** Task to complete **
Using the entries that follow, write out the line containing "v -5.38 13 -7.215", the line containing "v 1.612 9 8.854", and every line between them, exactly and nothing else.

** Working data **
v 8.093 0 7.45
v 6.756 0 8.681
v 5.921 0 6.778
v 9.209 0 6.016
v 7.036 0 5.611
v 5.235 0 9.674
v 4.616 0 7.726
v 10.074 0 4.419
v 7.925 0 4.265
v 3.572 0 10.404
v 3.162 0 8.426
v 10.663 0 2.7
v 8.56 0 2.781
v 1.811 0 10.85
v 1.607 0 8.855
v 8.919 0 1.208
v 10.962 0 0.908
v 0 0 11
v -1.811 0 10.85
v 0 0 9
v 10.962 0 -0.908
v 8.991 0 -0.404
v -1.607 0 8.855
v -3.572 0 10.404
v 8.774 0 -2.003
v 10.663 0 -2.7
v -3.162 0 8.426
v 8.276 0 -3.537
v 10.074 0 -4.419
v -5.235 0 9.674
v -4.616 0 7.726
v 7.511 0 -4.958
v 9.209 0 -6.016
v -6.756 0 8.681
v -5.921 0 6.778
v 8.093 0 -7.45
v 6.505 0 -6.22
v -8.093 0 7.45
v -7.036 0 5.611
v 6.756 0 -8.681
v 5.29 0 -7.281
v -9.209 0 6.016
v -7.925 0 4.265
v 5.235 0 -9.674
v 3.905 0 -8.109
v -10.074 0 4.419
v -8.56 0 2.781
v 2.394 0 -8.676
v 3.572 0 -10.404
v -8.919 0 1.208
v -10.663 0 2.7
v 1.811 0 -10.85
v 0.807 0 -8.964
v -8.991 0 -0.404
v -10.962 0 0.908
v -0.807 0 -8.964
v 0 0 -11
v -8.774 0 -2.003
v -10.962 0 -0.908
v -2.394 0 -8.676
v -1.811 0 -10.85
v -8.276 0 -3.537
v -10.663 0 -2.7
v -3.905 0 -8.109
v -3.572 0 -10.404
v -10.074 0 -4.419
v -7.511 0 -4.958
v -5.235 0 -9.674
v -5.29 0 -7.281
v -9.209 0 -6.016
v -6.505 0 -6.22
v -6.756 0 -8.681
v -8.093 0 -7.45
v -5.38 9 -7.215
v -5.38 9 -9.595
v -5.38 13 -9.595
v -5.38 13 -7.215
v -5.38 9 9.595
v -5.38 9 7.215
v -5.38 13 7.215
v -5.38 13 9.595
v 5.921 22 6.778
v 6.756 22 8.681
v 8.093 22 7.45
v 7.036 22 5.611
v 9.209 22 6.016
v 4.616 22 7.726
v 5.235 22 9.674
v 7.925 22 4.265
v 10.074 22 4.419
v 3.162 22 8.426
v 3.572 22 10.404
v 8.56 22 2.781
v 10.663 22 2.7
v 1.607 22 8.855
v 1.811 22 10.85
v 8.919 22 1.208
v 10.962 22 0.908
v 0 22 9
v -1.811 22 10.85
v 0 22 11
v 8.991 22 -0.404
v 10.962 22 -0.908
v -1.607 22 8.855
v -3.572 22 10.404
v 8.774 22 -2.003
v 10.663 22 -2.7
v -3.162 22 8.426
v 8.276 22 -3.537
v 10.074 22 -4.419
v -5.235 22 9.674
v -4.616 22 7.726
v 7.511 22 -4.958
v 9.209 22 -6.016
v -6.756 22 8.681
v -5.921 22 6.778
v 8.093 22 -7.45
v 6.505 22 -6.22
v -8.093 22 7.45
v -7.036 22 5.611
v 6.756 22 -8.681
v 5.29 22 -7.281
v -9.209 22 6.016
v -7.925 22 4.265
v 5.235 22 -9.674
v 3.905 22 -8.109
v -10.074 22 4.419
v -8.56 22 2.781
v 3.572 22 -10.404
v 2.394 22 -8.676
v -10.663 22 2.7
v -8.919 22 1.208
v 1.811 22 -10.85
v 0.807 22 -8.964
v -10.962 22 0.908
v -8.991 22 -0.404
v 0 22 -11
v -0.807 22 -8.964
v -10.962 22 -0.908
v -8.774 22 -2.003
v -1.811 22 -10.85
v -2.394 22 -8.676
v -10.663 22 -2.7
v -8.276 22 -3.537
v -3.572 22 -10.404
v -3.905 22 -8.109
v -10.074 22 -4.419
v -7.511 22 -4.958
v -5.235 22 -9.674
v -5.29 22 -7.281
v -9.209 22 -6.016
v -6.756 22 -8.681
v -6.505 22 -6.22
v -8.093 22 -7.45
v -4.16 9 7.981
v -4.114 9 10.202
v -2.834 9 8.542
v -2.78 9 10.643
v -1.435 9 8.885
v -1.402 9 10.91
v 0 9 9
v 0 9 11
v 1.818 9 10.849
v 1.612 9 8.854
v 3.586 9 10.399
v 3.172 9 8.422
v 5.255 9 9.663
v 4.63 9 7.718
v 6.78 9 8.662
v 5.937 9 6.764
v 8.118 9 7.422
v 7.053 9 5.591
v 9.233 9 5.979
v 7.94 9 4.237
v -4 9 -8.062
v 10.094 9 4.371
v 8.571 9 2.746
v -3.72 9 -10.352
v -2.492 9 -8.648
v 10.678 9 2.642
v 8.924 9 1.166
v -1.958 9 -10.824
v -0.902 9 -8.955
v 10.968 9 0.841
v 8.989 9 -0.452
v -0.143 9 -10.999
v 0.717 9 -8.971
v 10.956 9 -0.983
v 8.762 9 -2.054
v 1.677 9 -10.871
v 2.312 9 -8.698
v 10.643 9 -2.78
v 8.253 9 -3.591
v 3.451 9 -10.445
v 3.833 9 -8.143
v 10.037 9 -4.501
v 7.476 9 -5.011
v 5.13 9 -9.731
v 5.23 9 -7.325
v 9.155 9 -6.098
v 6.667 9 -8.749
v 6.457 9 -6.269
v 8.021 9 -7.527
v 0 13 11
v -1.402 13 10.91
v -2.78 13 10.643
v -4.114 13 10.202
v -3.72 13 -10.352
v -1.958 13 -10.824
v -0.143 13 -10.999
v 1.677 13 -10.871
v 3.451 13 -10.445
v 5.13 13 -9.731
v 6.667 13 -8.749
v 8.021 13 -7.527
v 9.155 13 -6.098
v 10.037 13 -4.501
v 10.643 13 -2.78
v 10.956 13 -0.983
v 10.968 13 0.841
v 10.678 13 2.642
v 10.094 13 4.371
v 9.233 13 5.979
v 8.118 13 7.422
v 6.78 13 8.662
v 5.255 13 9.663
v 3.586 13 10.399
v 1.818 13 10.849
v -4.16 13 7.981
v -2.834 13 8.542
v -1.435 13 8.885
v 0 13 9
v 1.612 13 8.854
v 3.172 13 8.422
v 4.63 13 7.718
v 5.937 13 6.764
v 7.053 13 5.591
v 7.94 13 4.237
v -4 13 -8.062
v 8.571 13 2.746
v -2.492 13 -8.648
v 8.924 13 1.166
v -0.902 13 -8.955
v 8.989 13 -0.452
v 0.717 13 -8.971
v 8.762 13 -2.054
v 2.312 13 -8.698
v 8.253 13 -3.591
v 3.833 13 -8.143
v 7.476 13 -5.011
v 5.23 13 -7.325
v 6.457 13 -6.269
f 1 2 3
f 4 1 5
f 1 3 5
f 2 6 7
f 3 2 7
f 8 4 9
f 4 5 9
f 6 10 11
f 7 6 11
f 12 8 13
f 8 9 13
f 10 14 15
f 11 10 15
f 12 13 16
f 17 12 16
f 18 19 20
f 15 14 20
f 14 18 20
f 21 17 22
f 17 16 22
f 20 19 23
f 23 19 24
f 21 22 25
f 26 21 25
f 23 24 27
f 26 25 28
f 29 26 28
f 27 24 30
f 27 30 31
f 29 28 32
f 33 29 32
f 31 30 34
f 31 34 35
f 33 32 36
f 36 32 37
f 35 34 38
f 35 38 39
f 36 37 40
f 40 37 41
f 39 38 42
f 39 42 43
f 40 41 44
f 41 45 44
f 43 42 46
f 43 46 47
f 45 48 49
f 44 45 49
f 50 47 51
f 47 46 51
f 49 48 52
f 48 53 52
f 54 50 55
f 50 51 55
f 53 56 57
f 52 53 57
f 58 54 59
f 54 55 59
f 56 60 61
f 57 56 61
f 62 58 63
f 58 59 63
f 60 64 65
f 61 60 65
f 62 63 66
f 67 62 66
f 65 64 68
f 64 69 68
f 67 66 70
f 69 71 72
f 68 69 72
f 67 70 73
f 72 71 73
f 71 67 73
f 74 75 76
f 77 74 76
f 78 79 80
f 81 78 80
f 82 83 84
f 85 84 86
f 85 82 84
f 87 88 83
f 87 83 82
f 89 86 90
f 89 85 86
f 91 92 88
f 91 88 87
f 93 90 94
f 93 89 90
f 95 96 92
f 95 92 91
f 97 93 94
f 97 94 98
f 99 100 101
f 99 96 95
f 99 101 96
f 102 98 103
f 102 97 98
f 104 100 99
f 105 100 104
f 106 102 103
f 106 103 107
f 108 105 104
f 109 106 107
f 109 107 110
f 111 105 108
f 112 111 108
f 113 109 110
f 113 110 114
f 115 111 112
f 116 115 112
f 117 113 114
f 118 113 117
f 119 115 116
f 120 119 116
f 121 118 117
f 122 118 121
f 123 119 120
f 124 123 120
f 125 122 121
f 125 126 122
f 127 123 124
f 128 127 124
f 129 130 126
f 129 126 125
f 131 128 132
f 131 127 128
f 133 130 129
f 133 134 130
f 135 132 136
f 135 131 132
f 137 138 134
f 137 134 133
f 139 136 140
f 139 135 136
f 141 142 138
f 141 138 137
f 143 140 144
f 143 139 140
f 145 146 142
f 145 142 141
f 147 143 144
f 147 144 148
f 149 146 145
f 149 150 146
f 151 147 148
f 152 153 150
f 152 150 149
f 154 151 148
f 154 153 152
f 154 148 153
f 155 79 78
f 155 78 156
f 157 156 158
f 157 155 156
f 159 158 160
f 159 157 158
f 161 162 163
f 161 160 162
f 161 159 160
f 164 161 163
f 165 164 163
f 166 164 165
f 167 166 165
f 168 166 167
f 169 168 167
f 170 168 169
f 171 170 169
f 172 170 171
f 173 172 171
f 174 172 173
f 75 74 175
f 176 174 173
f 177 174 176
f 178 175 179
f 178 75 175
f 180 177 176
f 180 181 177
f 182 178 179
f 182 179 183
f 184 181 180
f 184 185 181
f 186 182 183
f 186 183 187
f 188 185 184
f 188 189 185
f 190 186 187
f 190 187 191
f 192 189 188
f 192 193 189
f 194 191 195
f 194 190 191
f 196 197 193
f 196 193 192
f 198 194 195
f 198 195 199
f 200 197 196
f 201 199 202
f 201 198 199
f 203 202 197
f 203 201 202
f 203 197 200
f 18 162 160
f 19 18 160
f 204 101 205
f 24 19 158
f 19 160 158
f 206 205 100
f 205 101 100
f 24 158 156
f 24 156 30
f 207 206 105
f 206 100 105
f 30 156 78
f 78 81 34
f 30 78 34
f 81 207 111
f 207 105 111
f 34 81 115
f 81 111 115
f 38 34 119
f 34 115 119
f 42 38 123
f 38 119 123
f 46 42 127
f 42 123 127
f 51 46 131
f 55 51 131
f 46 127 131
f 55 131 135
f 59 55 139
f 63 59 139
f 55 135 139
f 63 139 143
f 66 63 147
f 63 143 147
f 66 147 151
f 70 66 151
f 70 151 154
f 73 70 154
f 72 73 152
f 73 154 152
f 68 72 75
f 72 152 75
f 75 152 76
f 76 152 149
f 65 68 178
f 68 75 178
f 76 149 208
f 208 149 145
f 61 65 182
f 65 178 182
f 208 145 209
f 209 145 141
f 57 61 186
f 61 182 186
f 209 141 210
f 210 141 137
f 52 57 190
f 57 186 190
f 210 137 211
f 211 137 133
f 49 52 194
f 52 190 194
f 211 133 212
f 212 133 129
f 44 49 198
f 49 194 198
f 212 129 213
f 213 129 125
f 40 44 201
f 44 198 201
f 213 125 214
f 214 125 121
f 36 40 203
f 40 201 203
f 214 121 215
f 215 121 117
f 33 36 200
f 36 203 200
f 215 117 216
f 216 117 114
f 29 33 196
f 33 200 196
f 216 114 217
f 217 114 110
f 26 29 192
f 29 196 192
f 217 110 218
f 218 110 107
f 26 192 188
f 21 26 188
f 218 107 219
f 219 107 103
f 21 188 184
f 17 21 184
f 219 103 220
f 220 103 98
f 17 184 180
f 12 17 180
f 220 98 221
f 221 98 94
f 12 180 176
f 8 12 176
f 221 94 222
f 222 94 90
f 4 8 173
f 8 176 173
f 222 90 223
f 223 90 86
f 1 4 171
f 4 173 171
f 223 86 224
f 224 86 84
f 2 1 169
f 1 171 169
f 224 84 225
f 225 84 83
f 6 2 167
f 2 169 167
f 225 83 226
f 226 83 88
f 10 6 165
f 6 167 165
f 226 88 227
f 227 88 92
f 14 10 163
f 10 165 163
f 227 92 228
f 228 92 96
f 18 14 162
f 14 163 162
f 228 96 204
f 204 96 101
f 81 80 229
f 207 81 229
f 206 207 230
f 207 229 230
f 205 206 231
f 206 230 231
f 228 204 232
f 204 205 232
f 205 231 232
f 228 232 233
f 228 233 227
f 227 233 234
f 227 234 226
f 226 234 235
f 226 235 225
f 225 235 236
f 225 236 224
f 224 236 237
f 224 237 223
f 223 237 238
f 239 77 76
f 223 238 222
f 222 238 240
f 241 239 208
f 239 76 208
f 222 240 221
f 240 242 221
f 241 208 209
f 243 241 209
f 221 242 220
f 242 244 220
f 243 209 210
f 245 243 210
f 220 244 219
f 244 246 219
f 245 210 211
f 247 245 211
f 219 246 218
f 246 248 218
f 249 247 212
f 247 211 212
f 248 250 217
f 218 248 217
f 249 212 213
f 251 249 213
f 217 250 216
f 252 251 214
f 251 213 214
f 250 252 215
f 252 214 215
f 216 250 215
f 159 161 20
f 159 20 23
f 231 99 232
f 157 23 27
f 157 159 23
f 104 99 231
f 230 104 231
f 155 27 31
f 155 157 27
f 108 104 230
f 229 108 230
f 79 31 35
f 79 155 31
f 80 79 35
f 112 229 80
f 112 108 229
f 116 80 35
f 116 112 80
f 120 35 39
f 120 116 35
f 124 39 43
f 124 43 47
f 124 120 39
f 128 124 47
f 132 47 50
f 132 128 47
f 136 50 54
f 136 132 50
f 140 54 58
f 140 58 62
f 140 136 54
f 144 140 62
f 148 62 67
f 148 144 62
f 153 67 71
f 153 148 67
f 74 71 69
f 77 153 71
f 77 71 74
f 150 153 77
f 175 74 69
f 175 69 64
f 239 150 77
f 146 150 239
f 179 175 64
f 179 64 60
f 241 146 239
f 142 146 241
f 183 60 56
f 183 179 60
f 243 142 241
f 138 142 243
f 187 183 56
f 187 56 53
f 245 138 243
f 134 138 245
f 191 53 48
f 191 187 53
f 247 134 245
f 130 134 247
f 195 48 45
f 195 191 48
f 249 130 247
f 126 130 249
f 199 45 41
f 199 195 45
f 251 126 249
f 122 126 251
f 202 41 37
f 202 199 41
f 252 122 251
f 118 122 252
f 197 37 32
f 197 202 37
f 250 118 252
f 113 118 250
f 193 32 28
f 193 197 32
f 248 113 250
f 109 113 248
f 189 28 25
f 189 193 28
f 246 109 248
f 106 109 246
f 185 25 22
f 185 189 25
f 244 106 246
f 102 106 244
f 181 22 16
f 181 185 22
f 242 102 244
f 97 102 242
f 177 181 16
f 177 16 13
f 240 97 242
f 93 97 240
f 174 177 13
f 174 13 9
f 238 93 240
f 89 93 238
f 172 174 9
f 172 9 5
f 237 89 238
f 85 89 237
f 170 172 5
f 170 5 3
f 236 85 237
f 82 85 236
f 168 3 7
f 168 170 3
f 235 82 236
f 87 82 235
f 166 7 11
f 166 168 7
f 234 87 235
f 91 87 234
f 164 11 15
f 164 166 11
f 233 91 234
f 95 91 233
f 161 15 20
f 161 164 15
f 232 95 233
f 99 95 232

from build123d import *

# Parameters (mm, degrees)
SKETCH_1_W               = 2
SKETCH_1_H               = 22
CUT_EXTRUDE_1_DEPTH      = 27.944387171
CUT_EXTRUDE_1_DEPTH_BACK = 27.944387171
SKETCH_2_W               = 17
SKETCH_2_H               = 4


with BuildPart() as part:
    # 草图1 → 旋转1 (revolve)
    with BuildSketch(Plane.XY, mode=Mode.PRIVATE) as revolve_1_sk:
        with Locations((10, 11)):
            Rectangle(SKETCH_1_W, SKETCH_1_H)
    revolve(revolve_1_sk.sketch.rotate(Axis((0, 25.51049322, 0), (0, -1, 0)), 90), axis=Axis((0, 25.51049322, 0), (0, -1, 0)))

    # 草图2 → 切除-拉伸1 (cut, two sides: drawn at the far end of the back side and taken through both)
    with BuildSketch(Plane.XY.offset(-CUT_EXTRUDE_1_DEPTH_BACK)):
        with Locations((3.12, 11)):
            Rectangle(SKETCH_2_W, SKETCH_2_H)
    extrude(amount=CUT_EXTRUDE_1_DEPTH + CUT_EXTRUDE_1_DEPTH_BACK, mode=Mode.SUBTRACT)


solid = part.part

** Written solution **
v -5.38 13 -7.215
v -5.38 9 9.595
v -5.38 9 7.215
v -5.38 13 7.215
v -5.38 13 9.595
v 5.921 22 6.778
v 6.756 22 8.681
v 8.093 22 7.45
v 7.036 22 5.611
v 9.209 22 6.016
v 4.616 22 7.726
v 5.235 22 9.674
v 7.925 22 4.265
v 10.074 22 4.419
v 3.162 22 8.426
v 3.572 22 10.404
v 8.56 22 2.781
v 10.663 22 2.7
v 1.607 22 8.855
v 1.811 22 10.85
v 8.919 22 1.208
v 10.962 22 0.908
v 0 22 9
v -1.811 22 10.85
v 0 22 11
v 8.991 22 -0.404
v 10.962 22 -0.908
v -1.607 22 8.855
v -3.572 22 10.404
v 8.774 22 -2.003
v 10.663 22 -2.7
v -3.162 22 8.426
v 8.276 22 -3.537
v 10.074 22 -4.419
v -5.235 22 9.674
v -4.616 22 7.726
v 7.511 22 -4.958
v 9.209 22 -6.016
v -6.756 22 8.681
v -5.921 22 6.778
v 8.093 22 -7.45
v 6.505 22 -6.22
v -8.093 22 7.45
v -7.036 22 5.611
v 6.756 22 -8.681
v 5.29 22 -7.281
v -9.209 22 6.016
v -7.925 22 4.265
v 5.235 22 -9.674
v 3.905 22 -8.109
v -10.074 22 4.419
v -8.56 22 2.781
v 3.572 22 -10.404
v 2.394 22 -8.676
v -10.663 22 2.7
v -8.919 22 1.208
v 1.811 22 -10.85
v 0.807 22 -8.964
v -10.962 22 0.908
v -8.991 22 -0.404
v 0 22 -11
v -0.807 22 -8.964
v -10.962 22 -0.908
v -8.774 22 -2.003
v -1.811 22 -10.85
v -2.394 22 -8.676
v -10.663 22 -2.7
v -8.276 22 -3.537
v -3.572 22 -10.404
v -3.905 22 -8.109
v -10.074 22 -4.419
v -7.511 22 -4.958
v -5.235 22 -9.674
v -5.29 22 -7.281
v -9.209 22 -6.016
v -6.756 22 -8.681
v -6.505 22 -6.22
v -8.093 22 -7.45
v -4.16 9 7.981
v -4.114 9 10.202
v -2.834 9 8.542
v -2.78 9 10.643
v -1.435 9 8.885
v -1.402 9 10.91
v 0 9 9
v 0 9 11
v 1.818 9 10.849
v 1.612 9 8.854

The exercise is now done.